I was a little hesitant to write about A TIME OF GIFTS by Patrick Leigh Fermor. The first in a densely written travel trilogy, this memoir includes long asides about Central European architecture, Greek philosophers, Proust, and the differences in wine glasses in different regions of Germany. I don’t care about wine or architecture. I care about Proust . . . but not enough to read him. What I’m saying is, don’t be afraid of this book because you don’t feel classy enough. You are classy! You are reading a literary blog!
Fermor might have his highbrow interests and a slightly archaic prose style, but, listen to this! It’s 1934, and our venerable Brit, age eighteen, is bumming around London after leaving school under less-than-highbrow circumstances. He decides to undertake an epic journey: to trek from the Netherlands to Istanbul (then called Constantinople). On foot. Alone. Oh, also, it’s the dead of winter.
See? Fermor is probably one of the most interesting people you could listen to talk about their vacation. He is, in addition to being a revered writer, a straight-up Indiana Jones–style war hero. During the Second World War, ten years after the journey that inspired A TIME OF GIFTS, he led a daring and successful mission to kidnap General Heinrich Kreipe, the Nazi commander of Crete. Also, he was pretty easy on the eyes.
So, anyway, this book. Fermor published A TIME OF GIFTS in 1977, and was working on the trilogy’s final volume, THE BROKEN ROAD, when he died in 2011 (it was published posthumously by New York Review Books in 2014). Despite the decades-long gap between the journey and the publication of his memoirs, the writing is fresh and exciting—not at all a dry memory of forgotten youth. Fermor relies heavily on the journals he kept at the time, but the prose itself captures an impressive amount of detail—little things that make the journey, which took place eighty-one years ago, seem close at hand.

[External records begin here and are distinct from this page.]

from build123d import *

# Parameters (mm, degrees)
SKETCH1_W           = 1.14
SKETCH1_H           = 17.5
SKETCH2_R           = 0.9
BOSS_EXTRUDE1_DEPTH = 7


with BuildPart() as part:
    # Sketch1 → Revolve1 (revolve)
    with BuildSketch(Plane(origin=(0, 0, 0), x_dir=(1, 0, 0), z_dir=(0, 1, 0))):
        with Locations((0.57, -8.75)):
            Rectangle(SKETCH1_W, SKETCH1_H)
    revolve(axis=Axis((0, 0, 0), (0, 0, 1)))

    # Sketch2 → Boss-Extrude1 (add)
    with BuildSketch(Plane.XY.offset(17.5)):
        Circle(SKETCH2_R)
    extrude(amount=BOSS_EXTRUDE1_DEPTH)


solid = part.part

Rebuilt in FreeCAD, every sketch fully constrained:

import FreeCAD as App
import Part
import Sketcher

V = App.Vector
Q = App.Units.Quantity

doc = App.newDocument("Part")
params = doc.addObject("Spreadsheet::Sheet", "Params")
for row, (alias, value) in enumerate([
    ("sketch1_height", "17.5 mm"),
    ("sketch1_width", "1.14 mm"),
    ("revolution_angle", "360 deg"),
    ("sketch2_diameter", "1.8 mm"),
    ("pad1_length", "7 mm"),
], start=1):
    params.set(f"A{row}", alias)
    params.set(f"B{row}", "=" + value)
    params.setAlias(f"B{row}", alias)

body = doc.addObject("PartDesign::Body", "Body")

sketch1 = body.newObject("Sketcher::SketchObject", "Sketch")
sketch1.AttachmentSupport = (doc.getObject("XZ_Plane"), [""])
sketch1.MapMode = "FlatFace"
sketch1.addGeometry([
    Part.LineSegment(V(0, 0, 0), V(0, 17.5, 0)),
    Part.LineSegment(V(0, 17.5, 0), V(1.1, 17.5, 0)),
    Part.LineSegment(V(1.1, 17.5, 0), V(1.1, 0, 0)),
    Part.LineSegment(V(1.1, 0, 0), V(0, 0, 0)),
], False)
sketch1.addConstraint([
    Sketcher.Constraint("Coincident", 0, 2, 1, 1),
    Sketcher.Constraint("Coincident", 1, 2, 2, 1),
    Sketcher.Constraint("Coincident", 2, 2, 3, 1),
    Sketcher.Constraint("Coincident", 3, 2, 0, 1),
    Sketcher.Constraint("Vertical", 0),
    Sketcher.Constraint("Horizontal", 1),
    Sketcher.Constraint("Vertical", 2),
    Sketcher.Constraint("Horizontal", 3),
    Sketcher.Constraint("Coincident", 3, 2, -1, 1),
    Sketcher.Constraint("DistanceY", 0, 1, 0, 2, Q("17.5 mm")),
    Sketcher.Constraint("DistanceX", 1, 1, 1, 2, Q("1.14 mm")),
])
sketch1.setExpression("Constraints[9]", "Params.sketch1_height")
sketch1.setExpression("Constraints[10]", "Params.sketch1_width")
revolution = body.newObject("PartDesign::Revolution", "Revolution")
revolution.Profile = sketch1
revolution.ReferenceAxis = (sketch1, ["V_Axis"])
revolution.setExpression("Angle", "Params.revolution_angle")

sketch2 = body.newObject("Sketcher::SketchObject", "Sketch001")
sketch2.AttachmentSupport = (doc.getObject("XY_Plane"), [""])
sketch2.MapMode = "FlatFace"
sketch2.AttachmentOffset = App.Placement(V(0, 0, 17.5), App.Rotation())
sketch2.addGeometry(Part.Circle(V(0, 0, 0), V(0, 0, 1), 0.9), False)
sketch2.addConstraint([
    Sketcher.Constraint("Coincident", 0, 3, -1, 1),
    Sketcher.Constraint("Diameter", 0, Q("1.8 mm")),
])
sketch2.setExpression("Constraints[1]", "Params.sketch2_diameter")
pad1 = body.newObject("PartDesign::Pad", "Pad")
pad1.Profile = sketch2
pad1.setExpression("Length", "Params.pad1_length")

doc.recompute()
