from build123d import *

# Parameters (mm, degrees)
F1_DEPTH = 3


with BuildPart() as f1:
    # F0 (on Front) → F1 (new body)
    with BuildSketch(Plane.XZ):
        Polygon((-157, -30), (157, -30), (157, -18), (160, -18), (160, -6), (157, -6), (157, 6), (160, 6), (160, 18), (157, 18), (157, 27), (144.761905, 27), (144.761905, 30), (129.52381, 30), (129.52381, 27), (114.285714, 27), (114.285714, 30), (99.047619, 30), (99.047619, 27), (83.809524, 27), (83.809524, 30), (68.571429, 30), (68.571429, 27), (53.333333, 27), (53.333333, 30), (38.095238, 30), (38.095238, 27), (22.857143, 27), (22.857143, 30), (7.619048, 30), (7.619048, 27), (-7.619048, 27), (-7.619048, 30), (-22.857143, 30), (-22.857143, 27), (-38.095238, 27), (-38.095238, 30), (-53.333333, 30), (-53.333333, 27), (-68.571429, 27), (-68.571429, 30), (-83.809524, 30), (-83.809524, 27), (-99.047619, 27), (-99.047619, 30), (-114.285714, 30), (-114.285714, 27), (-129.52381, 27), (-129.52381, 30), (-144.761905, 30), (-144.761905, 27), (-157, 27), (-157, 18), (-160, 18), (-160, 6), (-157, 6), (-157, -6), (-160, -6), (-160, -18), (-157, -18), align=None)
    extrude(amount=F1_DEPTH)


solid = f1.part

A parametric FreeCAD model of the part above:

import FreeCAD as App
import Part
import Sketcher
Q = App.Units.Quantity

doc = App.newDocument("Part")
body = doc.addObject("PartDesign::Body", "Body")

# Sketch on XZ plane
sketch1 = body.newObject("Sketcher::SketchObject", "Sketch")
sketch1.AttachmentSupport = (doc.getObject("XZ_Plane"), [""])
sketch1.MapMode = "FlatFace"
sketch1.addGeometry([
    Part.LineSegment(App.Vector(-157, -30, 0), App.Vector(157, -30, 0)),  # 0
    Part.LineSegment(App.Vector(157, -30, 0), App.Vector(157, -18, 0)),  # 1
    Part.LineSegment(App.Vector(157, -18, 0), App.Vector(160, -18, 0)),  # 2
    Part.LineSegment(App.Vector(160, -18, 0), App.Vector(160, -6, 0)),  # 3
    Part.LineSegment(App.Vector(160, -6, 0), App.Vector(157, -6, 0)),  # 4
    Part.LineSegment(App.Vector(157, -6, 0), App.Vector(157, 6, 0)),  # 5
    Part.LineSegment(App.Vector(157, 6, 0), App.Vector(160, 6, 0)),  # 6
    Part.LineSegment(App.Vector(160, 6, 0), App.Vector(160, 18, 0)),  # 7
    Part.LineSegment(App.Vector(160, 18, 0), App.Vector(157, 18, 0)),  # 8
    Part.LineSegment(App.Vector(157, 18, 0), App.Vector(157, 27, 0)),  # 9
    Part.LineSegment(App.Vector(157, 27, 0), App.Vector(144.8, 27, 0)),  # 10
    Part.LineSegment(App.Vector(144.8, 27, 0), App.Vector(144.8, 30, 0)),  # 11
    Part.LineSegment(App.Vector(144.8, 30, 0), App.Vector(129.5, 30, 0)),  # 12
    Part.LineSegment(App.Vector(129.5, 30, 0), App.Vector(129.5, 27, 0)),  # 13
    Part.LineSegment(App.Vector(129.5, 27, 0), App.Vector(114.3, 27, 0)),  # 14
    Part.LineSegment(App.Vector(114.3, 27, 0), App.Vector(114.3, 30, 0)),  # 15
    Part.LineSegment(App.Vector(114.3, 30, 0), App.Vector(99, 30, 0)),  # 16
    Part.LineSegment(App.Vector(99, 30, 0), App.Vector(99, 27, 0)),  # 17
    Part.LineSegment(App.Vector(99, 27, 0), App.Vector(83.8, 27, 0)),  # 18
    Part.LineSegment(App.Vector(83.8, 27, 0), App.Vector(83.8, 30, 0)),  # 19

Observe how Fermor writes about the trudging across Germany on a very cold day:
“All was frozen. There was particular delight in treading across the hard puddles. The grey discs and pods of ice creaked under hobnails and clogs with a mysterious sight of captive air: then they split into stars and whitened as the spider-web fissures expanded.”
I felt that I was walking along with Fermor, seeing the clear sky and crumbling castles of the German countryside. Exhilarating.
Fermor made his audacious trip at a momentous time in European history. Hitler had just come to power in 1934, and his presence looms large as Fermor makes his way down the Danube. He is chronicling scenery that is about to be dramatically changed, and his trip is imbued a sense of tension, a dramatic irony. It’s difficult to read about Hungary and Prague without thinking about the approaching devastation of the Second World War. He is constantly meeting people who are so kind to him—farmers who let him sleep in their barn, barons who open their castle doors to him, two girls in Stuttgart who let him sleep over (gasp!) during a blizzard and pretend he’s a relative so he can come along to a fancy party. What happened to these lovely people? Did they make it through the impending destruction? Even writing from the 1970s, Fermor doesn’t always know.
But this book is a fun book, too—Fermor is a charismatic young man on the cusp of adulthood, prone to getting into sort-of-scandalous situations. He carouses with young ladies and alcohol is often involved (he writes of a ride with his two Stuttgart ladies, “we soared through a liquid city”). He easily connects with the people he meets on the road over their shared interests. He was voraciously curious about everything, and as he describes his encounters in pubs, drawing rooms and cafes across Central Europe, you can just picture him rhapsodizing with a fellow Shakespeare lover over the German translation of Hamlet, or the historical intricacies of the Thirty Years’ War. It’s so cute you can forgive him for going on a little bit.
Near the end, we are introduced to a wonder character, Baron Pips. He is in his fifties, handsome, rich, and well-lived. The Baron is the man who introduced Fermor to Proust. Fermor recounts the way the Baron would spin stories about Europe at the turn of the twentieth century while he listened on in wonder. Fermor writes, “I knew that his life had been full of movement and adventures.” By writing A TIME OF GIFTS, Fermor becomes the Baron—he has produced a sparkling memoir of interwar Europe in all its complication and splendor.
The first book of a trilogy that chronicles his journey on foot from London to Constantinople, Patrick Leigh Fermor’s memoir is rich with history, art, philosophy, and the optimism of youth. This enchanting snapshot of Europe on the eve of Hitler’s rise to power preserves a sense of a time long lost.